Saved entries:
==*==
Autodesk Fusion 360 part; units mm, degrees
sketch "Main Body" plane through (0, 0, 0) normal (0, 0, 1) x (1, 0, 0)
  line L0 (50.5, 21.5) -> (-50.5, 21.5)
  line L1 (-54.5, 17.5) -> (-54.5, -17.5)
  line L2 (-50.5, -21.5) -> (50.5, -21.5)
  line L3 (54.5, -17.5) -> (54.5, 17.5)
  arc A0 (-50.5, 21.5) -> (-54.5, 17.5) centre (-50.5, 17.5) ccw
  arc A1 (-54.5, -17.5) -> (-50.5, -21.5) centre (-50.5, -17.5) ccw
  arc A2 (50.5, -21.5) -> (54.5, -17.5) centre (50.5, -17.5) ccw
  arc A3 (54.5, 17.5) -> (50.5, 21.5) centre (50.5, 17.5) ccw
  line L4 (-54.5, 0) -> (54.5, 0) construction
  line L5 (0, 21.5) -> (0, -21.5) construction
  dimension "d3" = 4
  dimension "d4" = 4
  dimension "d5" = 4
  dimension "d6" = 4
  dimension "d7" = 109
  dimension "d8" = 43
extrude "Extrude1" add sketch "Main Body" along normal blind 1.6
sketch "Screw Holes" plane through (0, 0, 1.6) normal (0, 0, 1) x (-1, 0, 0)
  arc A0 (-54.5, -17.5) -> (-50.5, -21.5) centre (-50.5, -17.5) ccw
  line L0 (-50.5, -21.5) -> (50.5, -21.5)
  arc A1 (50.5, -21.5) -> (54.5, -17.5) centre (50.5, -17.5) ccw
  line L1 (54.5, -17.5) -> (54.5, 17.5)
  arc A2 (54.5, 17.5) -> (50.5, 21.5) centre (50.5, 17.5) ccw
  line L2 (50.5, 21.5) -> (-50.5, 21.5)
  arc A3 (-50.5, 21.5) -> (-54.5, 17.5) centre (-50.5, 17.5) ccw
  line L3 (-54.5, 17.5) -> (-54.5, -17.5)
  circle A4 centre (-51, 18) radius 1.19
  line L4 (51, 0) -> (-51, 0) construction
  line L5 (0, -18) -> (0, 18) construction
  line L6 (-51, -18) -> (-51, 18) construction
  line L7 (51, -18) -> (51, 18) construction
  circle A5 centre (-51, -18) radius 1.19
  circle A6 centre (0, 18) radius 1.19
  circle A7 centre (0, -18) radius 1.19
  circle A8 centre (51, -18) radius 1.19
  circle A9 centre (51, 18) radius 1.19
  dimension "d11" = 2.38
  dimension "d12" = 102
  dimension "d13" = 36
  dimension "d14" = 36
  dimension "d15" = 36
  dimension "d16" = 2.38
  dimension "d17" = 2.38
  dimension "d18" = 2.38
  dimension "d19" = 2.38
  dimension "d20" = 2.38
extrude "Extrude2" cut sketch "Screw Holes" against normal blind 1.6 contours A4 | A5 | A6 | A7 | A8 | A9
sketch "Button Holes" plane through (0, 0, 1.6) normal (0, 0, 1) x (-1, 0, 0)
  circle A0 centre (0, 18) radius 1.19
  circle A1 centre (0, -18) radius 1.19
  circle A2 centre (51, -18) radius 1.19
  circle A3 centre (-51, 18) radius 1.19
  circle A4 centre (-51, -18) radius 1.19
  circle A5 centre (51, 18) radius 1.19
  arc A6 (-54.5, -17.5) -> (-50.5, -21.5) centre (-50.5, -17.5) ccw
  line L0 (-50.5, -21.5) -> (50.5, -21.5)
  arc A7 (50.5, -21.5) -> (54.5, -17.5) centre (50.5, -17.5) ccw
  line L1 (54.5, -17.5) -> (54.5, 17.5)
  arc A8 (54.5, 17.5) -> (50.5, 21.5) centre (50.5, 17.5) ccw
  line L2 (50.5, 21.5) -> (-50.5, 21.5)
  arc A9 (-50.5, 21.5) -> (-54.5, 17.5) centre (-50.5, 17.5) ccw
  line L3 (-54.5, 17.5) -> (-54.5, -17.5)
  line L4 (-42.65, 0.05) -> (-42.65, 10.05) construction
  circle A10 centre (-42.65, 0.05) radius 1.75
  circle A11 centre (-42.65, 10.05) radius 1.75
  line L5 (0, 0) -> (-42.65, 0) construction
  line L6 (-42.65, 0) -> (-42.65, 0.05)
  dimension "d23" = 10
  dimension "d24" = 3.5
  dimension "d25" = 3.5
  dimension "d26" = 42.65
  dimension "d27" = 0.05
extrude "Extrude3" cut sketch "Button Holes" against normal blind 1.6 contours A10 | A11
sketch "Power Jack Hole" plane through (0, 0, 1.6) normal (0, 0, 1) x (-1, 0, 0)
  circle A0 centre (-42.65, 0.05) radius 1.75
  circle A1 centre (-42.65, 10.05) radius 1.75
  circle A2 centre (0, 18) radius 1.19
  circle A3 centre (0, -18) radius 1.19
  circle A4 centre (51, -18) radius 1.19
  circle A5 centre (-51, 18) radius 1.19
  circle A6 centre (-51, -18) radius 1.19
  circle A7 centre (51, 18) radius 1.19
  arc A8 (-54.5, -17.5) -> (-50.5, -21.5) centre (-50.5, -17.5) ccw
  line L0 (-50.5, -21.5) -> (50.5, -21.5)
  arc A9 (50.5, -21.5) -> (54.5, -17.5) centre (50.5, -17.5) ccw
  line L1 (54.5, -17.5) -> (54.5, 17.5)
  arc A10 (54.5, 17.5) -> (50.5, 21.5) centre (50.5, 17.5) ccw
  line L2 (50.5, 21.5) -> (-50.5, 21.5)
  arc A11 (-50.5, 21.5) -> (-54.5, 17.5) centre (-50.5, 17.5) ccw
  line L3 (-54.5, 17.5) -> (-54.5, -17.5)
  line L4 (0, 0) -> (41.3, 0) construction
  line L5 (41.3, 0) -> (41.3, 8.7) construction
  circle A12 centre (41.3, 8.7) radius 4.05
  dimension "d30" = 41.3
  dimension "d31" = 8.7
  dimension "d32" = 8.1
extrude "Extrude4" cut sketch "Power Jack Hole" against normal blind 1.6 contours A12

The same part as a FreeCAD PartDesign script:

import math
import FreeCAD as App
import Part
import Sketcher
from FreeCAD import Vector

doc = App.newDocument("Part")
body = doc.addObject("PartDesign::Body", "Body")

sketch1 = body.newObject("Sketcher::SketchObject", "Sketch")
sketch1.AttachmentSupport = (doc.getObject("XY_Plane"), [""])
sketch1.MapMode = "FlatFace"
sketch1.addGeometry([
    Part.ArcOfCircle(Part.Circle(Vector(50.5, 17.5, 0), Vector(0, 0, 1), 4), math.radians(0), math.radians(90)),
    Part.LineSegment(Vector(50.5, 21.5, 0), Vector(-50.5, 21.5, 0)),
    Part.ArcOfCircle(Part.Circle(Vector(-50.5, 17.5, 0), Vector(0, 0, 1), 4), math.radians(90), math.radians(180)),
    Part.LineSegment(Vector(-54.5, 17.5, 0), Vector(-54.5, -17.5, 0)),
    Part.ArcOfCircle(Part.Circle(Vector(-50.5, -17.5, 0), Vector(0, 0, 1), 4), math.radians(180), math.radians(270)),
    Part.LineSegment(Vector(-50.5, -21.5, 0), Vector(50.5, -21.5, 0)),
    Part.ArcOfCircle(Part.Circle(Vector(50.5, -17.5, 0), Vector(0, 0, 1), 4), math.radians(-90), math.radians(0)),
    Part.LineSegment(Vector(54.5, -17.5, 0), Vector(54.5, 17.5, 0)),
], False)
sketch1.addConstraint([
    Sketcher.Constraint("Tangent", 0, 2, 1, 1),
    Sketcher.Constraint("Tangent", 1, 2, 2, 1),
    Sketcher.Constraint("Tangent", 2, 2, 3, 1),
    Sketcher.Constraint("Tangent", 3, 2, 4, 1),
    Sketcher.Constraint("Tangent", 4, 2, 5, 1),
    Sketcher.Constraint("Tangent", 5, 2, 6, 1),
    Sketcher.Constraint("Tangent", 6, 2, 7, 1),
    Sketcher.Constraint("Tangent", 7, 2, 0, 1),
    Sketcher.Constraint("Horizontal", 1),
    Sketcher.Constraint("Vertical", 3),
    Sketcher.Constraint("Horizontal", 5),
    Sketcher.Constraint("Vertical", 7),
    Sketcher.Constraint("Equal", 0, 2),
    Sketcher.Constraint("Equal", 2, 4),
    Sketcher.Constraint("Equal", 4, 6),
    Sketcher.Constraint("Symmetric", 0, 3, 4, 3, -1, 1),
    Sketcher.Constraint("Radius", 0, 4.0),
    Sketcher.Constraint("DistanceY", 4, 2, 1, 2, 43.0),
    Sketcher.Constraint("DistanceX", 1, 2, 1, 1, 101.0),
])
pad1 = body.newObject("PartDesign::Pad", "Pad")
pad1.Profile = sketch1
pad1.Length = 1.6

sketch2 = body.newObject("Sketcher::SketchObject", "Sketch001")
sketch2.AttachmentSupport = (doc.getObject("XY_Plane"), [""])
sketch2.MapMode = "FlatFace"
sketch2.AttachmentOffset = App.Placement(Vector(0, 0, 1.6), App.Rotation())
sketch2.addGeometry([
    Part.Circle(Vector(51, -18, 0), Vector(0, 0, 1), 1.2),
    Part.Circle(Vector(51, 18, 0), Vector(0, 0, 1), 1.2),
    Part.Circle(Vector(0, -18, 0), Vector(0, 0, 1), 1.2),
    Part.Circle(Vector(0, 18, 0), Vector(0, 0, 1), 1.2),
    Part.Circle(Vector(-51, 18, 0), Vector(0, 0, 1), 1.2),
    Part.Circle(Vector(-51, -18, 0), Vector(0, 0, 1), 1.2),
], False)
sketch2.addConstraint([
    Sketcher.Constraint("Equal", 0, 1),
    Sketcher.Constraint("Equal", 1, 2),
    Sketcher.Constraint("Equal", 2, 3),
    Sketcher.Constraint("Equal", 3, 4),
    Sketcher.Constraint("Equal", 4, 5),
    Sketcher.Constraint("Symmetric", 2, 3, 3, 3, -1, 1),
    Sketcher.Constraint("Symmetric", 0, 3, 4, 3, -1, 1),
    Sketcher.Constraint("Symmetric", 1, 3, 5, 3, -1, 1),
    Sketcher.Constraint("Symmetric", 1, 3, 4, 3, -2),
    Sketcher.Constraint("PointOnObject", 2, 3, -2),
    Sketcher.Constraint("Horizontal", 0, 3, 2, 3),
    Sketcher.Constraint("Diameter", 0, 2.38),
    Sketcher.Constraint("DistanceY", 0, 3, 1, 3, 36.0),
    Sketcher.Constraint("DistanceX", 4, 3, 1, 3, 102.0),
])
pocket1 = body.newObject("PartDesign::Pocket", "Pocket")
pocket1.Profile = sketch2
pocket1.Length = 1.6

sketch3 = body.newObject("Sketcher::SketchObject", "Sketch002")
sketch3.AttachmentSupport = (doc.getObject("XY_Plane"), [""])
sketch3.MapMode = "FlatFace"
sketch3.AttachmentOffset = App.Placement(Vector(0, 0, 1.6), App.Rotation())
sketch3.addGeometry([
    Part.Circle(Vector(42.6, -0.1, 0), Vector(0, 0, 1), 1.8),
    Part.Circle(Vector(42.6, -10.1, 0), Vector(0, 0, 1), 1.8),
], False)
sketch3.addConstraint([
    Sketcher.Constraint("Equal", 0, 1),
    Sketcher.Constraint("Vertical", 0, 3, 1, 3),
    Sketcher.Constraint("Diameter", 0, 3.5),
    Sketcher.Constraint("DistanceY", 1, 3, 0, 3, 10.0),
    Sketcher.Constraint("DistanceX", -1, 1, 0, 3, 42.65),
    Sketcher.Constraint("DistanceY", 0, 3, -1, 1, 0.05),
])
pocket2 = body.newObject("PartDesign::Pocket", "Pocket001")
pocket2.Profile = sketch3
pocket2.Length = 1.6

sketch4 = body.newObject("Sketcher::SketchObject", "Sketch003")
sketch4.AttachmentSupport = (doc.getObject("XY_Plane"), [""])
sketch4.MapMode = "FlatFace"
sketch4.AttachmentOffset = App.Placement(Vector(0, 0, 1.6), App.Rotation())
sketch4.addGeometry(Part.Circle(Vector(-41.3, -8.7, 0), Vector(0, 0, 1), 4), False)
sketch4.addConstraint([
    Sketcher.Constraint("Diameter", 0, 8.1),
    Sketcher.Constraint("DistanceX", 0, 3, -1, 1, 41.3),
    Sketcher.Constraint("DistanceY", 0, 3, -1, 1, 8.7),
])
pocket3 = body.newObject("PartDesign::Pocket", "Pocket002")
pocket3.Profile = sketch4
pocket3.Length = 1.6

doc.recompute()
==*==
YOUR INSTRUCTIONS: Whenever a line of the data contains "Jack", it counts; state how many such lines there are, with nothing added.

YOUR SOLUTION: 2